Yeah, I don't often feel the need to have photoshop over lightroom as LR does 99% of what I need to do. I figured since I want to get a little more serious with my photography and I had some cash and I can get a $400 discount, why not go ahead and get it.


----------



## jayviado12 (Nov 23, 2011)

i have the unregistered one and enough for a newbie like me


----------



## nvladik (Jan 12, 2012)

I am using photoshop now for about 10 years, and LR for about 2. Unless you are missing specific features in LightRoom that are available in Photoshop, LR should be more then enough. Don't get me wrong, photoshop is great and every kid other kid gets it through torrents and claims to be an expert. But it's like the Microsoft Office suite, there are tens of thousands of features, and an average user will utilize maybe a few hundred.


----------



## nvladik (Jan 12, 2012)

You should also take a look at http://www.gimp.org/, pretty advanced open source alternative (and free).


----------



## Nubster (Aug 9, 2011)

Have gimp and don't like it at all. I am still debating, I might end up getting the Topaz bundle to use with my LR (might even get LR3 or wait for LR4). What I want it to be able to fix photos as needed, not just color correction. Since LR doesn't have that ability, I want something that can do those sort of things. I'm not sure if Topaz has anything that can either, so I am still in the same boat however I may grab a newer version of Elements to take care of that and use LR with Topaz for the majority of my processing.


----------



## GraphicGr8s (Apr 4, 2011)

If you really want to learn PS join NAPP. 
PS is great for most everything you would want to do to photos and it's the GoTo program for most in the graphics field who have to have "it" done for a deadline. It's an intense program though even for those of us that use, and teach it.
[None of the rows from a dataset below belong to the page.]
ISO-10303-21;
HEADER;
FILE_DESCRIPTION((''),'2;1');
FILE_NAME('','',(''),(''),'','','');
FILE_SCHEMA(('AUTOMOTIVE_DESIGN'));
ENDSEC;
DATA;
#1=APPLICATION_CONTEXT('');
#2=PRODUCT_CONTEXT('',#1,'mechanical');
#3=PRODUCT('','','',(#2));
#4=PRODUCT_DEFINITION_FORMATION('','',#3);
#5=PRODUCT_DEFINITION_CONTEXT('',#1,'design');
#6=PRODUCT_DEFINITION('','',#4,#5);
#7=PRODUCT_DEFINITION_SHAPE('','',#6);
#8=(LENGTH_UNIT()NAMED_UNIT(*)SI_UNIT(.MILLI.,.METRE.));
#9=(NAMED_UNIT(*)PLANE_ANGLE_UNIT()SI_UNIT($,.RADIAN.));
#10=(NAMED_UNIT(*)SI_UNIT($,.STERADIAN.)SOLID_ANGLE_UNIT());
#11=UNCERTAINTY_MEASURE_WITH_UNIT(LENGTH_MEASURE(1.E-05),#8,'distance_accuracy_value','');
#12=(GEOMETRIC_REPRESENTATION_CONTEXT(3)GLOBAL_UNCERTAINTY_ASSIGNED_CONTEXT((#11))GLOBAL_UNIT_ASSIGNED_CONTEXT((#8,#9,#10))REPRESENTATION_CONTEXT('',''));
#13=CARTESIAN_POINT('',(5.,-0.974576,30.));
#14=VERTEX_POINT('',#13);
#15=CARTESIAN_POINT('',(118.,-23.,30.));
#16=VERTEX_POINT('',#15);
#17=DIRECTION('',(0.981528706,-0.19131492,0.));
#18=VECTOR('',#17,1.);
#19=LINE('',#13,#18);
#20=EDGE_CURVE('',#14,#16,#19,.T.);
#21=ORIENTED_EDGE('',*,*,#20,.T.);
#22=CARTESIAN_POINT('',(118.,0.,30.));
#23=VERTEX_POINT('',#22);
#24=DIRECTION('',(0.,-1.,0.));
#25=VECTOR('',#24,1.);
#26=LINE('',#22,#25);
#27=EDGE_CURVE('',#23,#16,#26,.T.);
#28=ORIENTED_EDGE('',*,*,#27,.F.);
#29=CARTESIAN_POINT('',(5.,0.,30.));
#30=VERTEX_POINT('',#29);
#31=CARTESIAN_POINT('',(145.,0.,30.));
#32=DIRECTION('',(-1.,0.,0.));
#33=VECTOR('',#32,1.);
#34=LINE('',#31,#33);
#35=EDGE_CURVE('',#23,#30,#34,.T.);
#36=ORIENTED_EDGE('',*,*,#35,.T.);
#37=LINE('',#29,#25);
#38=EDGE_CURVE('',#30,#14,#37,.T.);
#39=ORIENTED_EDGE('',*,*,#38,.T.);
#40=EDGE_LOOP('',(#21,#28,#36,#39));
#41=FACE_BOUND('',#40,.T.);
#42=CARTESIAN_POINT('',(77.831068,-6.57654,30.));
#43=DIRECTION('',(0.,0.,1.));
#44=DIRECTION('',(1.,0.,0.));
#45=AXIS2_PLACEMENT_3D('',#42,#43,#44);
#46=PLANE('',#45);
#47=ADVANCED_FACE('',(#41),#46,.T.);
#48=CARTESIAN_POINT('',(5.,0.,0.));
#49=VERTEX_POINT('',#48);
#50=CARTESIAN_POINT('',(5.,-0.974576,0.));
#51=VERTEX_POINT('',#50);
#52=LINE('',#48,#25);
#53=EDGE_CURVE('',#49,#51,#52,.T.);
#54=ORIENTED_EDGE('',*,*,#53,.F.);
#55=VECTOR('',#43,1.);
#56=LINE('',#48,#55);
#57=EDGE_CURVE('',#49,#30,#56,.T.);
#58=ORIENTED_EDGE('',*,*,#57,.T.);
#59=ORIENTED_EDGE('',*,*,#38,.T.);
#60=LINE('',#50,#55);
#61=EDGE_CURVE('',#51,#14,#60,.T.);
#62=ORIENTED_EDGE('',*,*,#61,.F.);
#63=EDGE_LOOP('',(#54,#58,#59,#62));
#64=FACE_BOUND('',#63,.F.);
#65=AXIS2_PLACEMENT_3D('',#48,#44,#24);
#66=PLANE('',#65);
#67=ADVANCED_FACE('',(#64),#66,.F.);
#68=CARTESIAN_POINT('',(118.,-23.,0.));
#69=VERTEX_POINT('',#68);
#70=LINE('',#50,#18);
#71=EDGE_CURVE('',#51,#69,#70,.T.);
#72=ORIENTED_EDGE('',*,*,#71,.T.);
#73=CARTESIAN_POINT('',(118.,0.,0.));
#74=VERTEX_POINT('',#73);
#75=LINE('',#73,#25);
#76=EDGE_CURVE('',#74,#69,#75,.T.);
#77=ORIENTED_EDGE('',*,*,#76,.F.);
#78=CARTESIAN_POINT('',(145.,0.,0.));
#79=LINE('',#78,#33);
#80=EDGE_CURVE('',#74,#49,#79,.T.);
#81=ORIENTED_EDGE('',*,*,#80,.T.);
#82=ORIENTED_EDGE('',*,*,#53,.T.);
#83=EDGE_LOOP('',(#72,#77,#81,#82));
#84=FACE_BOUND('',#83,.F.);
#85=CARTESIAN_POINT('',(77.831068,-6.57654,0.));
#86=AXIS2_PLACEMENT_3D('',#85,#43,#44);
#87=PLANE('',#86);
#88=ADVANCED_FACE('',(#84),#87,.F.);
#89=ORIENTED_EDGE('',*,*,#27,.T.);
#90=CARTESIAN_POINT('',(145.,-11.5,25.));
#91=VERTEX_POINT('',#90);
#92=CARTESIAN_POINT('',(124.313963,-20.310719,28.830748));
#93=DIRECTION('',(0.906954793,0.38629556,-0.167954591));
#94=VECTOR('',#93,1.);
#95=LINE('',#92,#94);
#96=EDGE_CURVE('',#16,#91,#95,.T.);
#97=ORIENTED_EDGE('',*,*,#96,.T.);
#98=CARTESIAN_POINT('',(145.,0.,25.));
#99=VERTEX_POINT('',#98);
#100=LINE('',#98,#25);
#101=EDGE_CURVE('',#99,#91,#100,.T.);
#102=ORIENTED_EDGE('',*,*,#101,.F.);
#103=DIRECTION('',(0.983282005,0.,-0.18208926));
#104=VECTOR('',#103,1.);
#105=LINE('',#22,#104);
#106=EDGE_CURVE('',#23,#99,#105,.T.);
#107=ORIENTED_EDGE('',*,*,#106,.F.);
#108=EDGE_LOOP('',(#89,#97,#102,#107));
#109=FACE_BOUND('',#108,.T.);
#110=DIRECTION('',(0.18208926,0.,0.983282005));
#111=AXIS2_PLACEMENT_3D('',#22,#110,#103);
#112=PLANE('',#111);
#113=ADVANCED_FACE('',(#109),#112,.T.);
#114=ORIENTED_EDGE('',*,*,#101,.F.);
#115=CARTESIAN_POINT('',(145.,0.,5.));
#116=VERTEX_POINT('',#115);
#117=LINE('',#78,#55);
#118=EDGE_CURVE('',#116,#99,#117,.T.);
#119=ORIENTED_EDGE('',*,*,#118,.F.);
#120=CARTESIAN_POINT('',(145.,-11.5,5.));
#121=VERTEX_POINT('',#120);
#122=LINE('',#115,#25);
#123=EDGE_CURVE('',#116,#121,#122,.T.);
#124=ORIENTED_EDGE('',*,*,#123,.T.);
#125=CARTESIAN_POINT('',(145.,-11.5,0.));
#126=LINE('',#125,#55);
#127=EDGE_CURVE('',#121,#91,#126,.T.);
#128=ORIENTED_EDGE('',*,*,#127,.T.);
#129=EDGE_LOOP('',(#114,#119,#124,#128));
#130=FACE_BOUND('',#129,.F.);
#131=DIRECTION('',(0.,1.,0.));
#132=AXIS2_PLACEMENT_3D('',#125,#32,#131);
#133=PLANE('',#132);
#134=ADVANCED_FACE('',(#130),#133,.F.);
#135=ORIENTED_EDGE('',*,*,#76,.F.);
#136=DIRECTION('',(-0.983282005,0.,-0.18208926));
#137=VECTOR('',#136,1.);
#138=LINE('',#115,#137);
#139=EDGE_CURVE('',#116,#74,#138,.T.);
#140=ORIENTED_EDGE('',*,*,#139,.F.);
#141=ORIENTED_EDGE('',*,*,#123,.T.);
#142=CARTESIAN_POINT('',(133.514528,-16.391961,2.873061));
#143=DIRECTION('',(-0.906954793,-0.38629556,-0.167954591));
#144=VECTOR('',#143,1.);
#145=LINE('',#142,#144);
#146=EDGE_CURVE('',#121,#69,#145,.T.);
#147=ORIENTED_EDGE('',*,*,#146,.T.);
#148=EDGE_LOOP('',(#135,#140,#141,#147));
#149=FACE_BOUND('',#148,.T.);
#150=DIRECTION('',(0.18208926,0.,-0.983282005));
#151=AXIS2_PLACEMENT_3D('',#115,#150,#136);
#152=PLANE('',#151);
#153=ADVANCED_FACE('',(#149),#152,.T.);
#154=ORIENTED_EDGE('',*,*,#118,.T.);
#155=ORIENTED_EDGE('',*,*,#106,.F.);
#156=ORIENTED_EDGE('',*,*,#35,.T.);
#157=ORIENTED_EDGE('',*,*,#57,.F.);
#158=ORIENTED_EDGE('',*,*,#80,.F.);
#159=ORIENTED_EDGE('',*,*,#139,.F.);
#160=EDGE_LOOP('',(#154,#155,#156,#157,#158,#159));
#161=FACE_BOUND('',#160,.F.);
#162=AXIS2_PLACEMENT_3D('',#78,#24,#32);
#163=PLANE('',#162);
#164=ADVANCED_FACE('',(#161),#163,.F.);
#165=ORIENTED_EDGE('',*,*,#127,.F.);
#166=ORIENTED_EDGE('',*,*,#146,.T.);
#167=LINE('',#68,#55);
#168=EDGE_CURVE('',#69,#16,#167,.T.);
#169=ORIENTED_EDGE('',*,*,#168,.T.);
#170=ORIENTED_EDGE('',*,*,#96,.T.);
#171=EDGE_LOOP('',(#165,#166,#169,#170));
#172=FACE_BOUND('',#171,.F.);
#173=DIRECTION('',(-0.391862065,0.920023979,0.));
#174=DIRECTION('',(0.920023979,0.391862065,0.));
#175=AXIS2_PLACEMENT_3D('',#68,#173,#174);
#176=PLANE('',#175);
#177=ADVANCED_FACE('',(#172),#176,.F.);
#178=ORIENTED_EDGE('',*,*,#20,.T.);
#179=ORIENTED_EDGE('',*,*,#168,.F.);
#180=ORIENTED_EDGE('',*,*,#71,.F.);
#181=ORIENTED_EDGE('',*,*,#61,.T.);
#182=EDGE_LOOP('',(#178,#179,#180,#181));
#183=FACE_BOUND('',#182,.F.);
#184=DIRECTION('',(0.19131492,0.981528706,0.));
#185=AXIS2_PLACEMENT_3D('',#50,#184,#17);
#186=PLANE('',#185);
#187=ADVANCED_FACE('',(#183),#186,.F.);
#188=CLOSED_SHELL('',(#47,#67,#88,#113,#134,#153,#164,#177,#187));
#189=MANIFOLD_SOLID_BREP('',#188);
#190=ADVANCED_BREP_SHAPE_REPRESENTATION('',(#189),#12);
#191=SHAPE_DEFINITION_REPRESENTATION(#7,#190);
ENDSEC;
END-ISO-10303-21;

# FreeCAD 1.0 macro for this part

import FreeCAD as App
import Part
import Sketcher
Q = App.Units.Quantity


def add_polygon(sketch, points):
    """Adds a closed chain of lines whose ends are joined by coincident constraints."""
    first, n = sketch.GeometryCount, len(points)
    for a, b in zip(points, points[1:] + points[:1]):
        sketch.addGeometry(Part.LineSegment(App.Vector(*a, 0), App.Vector(*b, 0)), False)
    for i in range(n):
        sketch.addConstraint(Sketcher.Constraint("Coincident", first + i, 2, first + (i + 1) % n, 1))

doc = App.newDocument("Part")
params = doc.addObject("Spreadsheet::Sheet", "Params")
for row, (alias, value) in enumerate([
    ("sketch1_width", "140 mm"),
    ("sketch1_height", "11.5 mm"),
    ("pad1_length", "30 mm"),
    ("sketch2_width", "27 mm"),
    ("sketch2_height", "5 mm"),
    ("pocket1_length", "25 mm"),
], start=1):
    params.set(f"A{row}", alias)
    params.set(f"B{row}", "=" + value)
    params.setAlias(f"B{row}", alias)

body = doc.addObject("PartDesign::Body", "Body")

# Sketch on XY plane
sketch1 = body.newObject("Sketcher::SketchObject", "Sketch")
sketch1.AttachmentSupport = (doc.getObject("XY_Plane"), [""])
sketch1.MapMode = "FlatFace"
add_polygon(sketch1, [(145, 0), (5, 0), (5, -1), (118, -23), (145, -11.5)])  # lines 0-4
sketch1.addConstraint(Sketcher.Constraint("Horizontal", 0))
sketch1.addConstraint(Sketcher.Constraint("Vertical", 1))
sketch1.addConstraint(Sketcher.Constraint("Vertical", 4))
sketch1.addConstraint(Sketcher.Constraint("PointOnObject", 0, 2, -1))
sketch1.addConstraint(Sketcher.Constraint("DistanceX", 0, 2, 0, 1, Q("140 mm")))
sketch1.addConstraint(Sketcher.Constraint("DistanceY", 4, 1, 4, 2, Q("11.5 mm")))
sketch1.addConstraint(Sketcher.Constraint("DistanceX", -1, 1, 0, 2, Q("5 mm")))
sketch1.addConstraint(Sketcher.Constraint("DistanceX", -1, 1, 2, 2, Q("118 mm")))
sketch1.addConstraint(Sketcher.Constraint("DistanceY", 2, 2, -1, 1, Q("23 mm")))
sketch1.addConstraint(Sketcher.Constraint("DistanceY", 1, 2, 1, 1, Q("0.974576 mm")))
sketch1.setExpression("Constraints[9]", "Params.sketch1_width")
sketch1.setExpression("Constraints[10]", "Params.sketch1_height")
pad1 = body.newObject("PartDesign::Pad", "Pad")
pad1.Profile = sketch1
pad1.setExpression("Length", "Params.pad1_length")

# Sketch on XZ plane
sketch2 = body.newObject("Sketcher::SketchObject", "Sketch001")
sketch2.AttachmentSupport = (doc.getObject("XZ_Plane"), [""])
sketch2.MapMode = "FlatFace"
add_polygon(sketch2, [(118, 0), (145, 0), (145, 5)])  # lines 0-2
add_polygon(sketch2, [(145, 30), (118, 30), (145, 25)])  # lines 3-5
sketch2.addConstraint(Sketcher.Constraint("Horizontal", 0))
sketch2.addConstraint(Sketcher.Constraint("Vertical", 1))
sketch2.addConstraint(Sketcher.Constraint("Horizontal", 3))
sketch2.addConstraint(Sketcher.Constraint("Vertical", 5))
sketch2.addConstraint(Sketcher.Constraint("PointOnObject", 0, 2, -1))
sketch2.addConstraint(Sketcher.Constraint("Vertical", 2, 2, 3, 2))
sketch2.addConstraint(Sketcher.Constraint("Vertical", 1, 2, 4, 2))
sketch2.addConstraint(Sketcher.Constraint("Equal", 1, 5))
sketch2.addConstraint(Sketcher.Constraint("DistanceX", 0, 1, 0, 2, Q("27 mm")))
sketch2.addConstraint(Sketcher.Constraint("DistanceY", 1, 1, 1, 2, Q("5 mm")))
sketch2.addConstraint(Sketcher.Constraint("DistanceX", -1, 1, 0, 2, Q("145 mm")))
sketch2.addConstraint(Sketcher.Constraint("DistanceY", -1, 1, 3, 2, Q("30 mm")))
sketch2.setExpression("Constraints[14]", "Params.sketch2_width")
sketch2.setExpression("Constraints[15]", "Params.sketch2_height")
pocket1 = body.newObject("PartDesign::Pocket", "Pocket")
pocket1.Profile = sketch2
pocket1.setExpression("Length", "Params.pocket1_length")
pocket1.Reversed = True

doc.recompute()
There isn't another program out there that can really touch it for what it does. Wait for CS6 though. Just saying.

And you're right, you don't need the entire suite. I have it because I have to. For personal use PS is just fine. It's a little different when you have to worry about spot channels and CMYK varnishes etc.


----------



## audioaficionado (Apr 19, 2011)

Gimp is nice and it's free, but it isn't in the same league as Photoshop. Gimp is more like Paint Shop Pro maybe.


----------



## Wasserpest (Jun 12, 2003)

Everyone learns differently. Some read a book, others need a video, etc.

I usually just dive in, get stuck, and google me a solution. So for me the best way is to fire it up, load an image, think about what I want to do to it, and then try it.

Keep in mind that it is a complex beast and it will take you almost forever to learn to use EVERYTHING. But there isn't really a need for that.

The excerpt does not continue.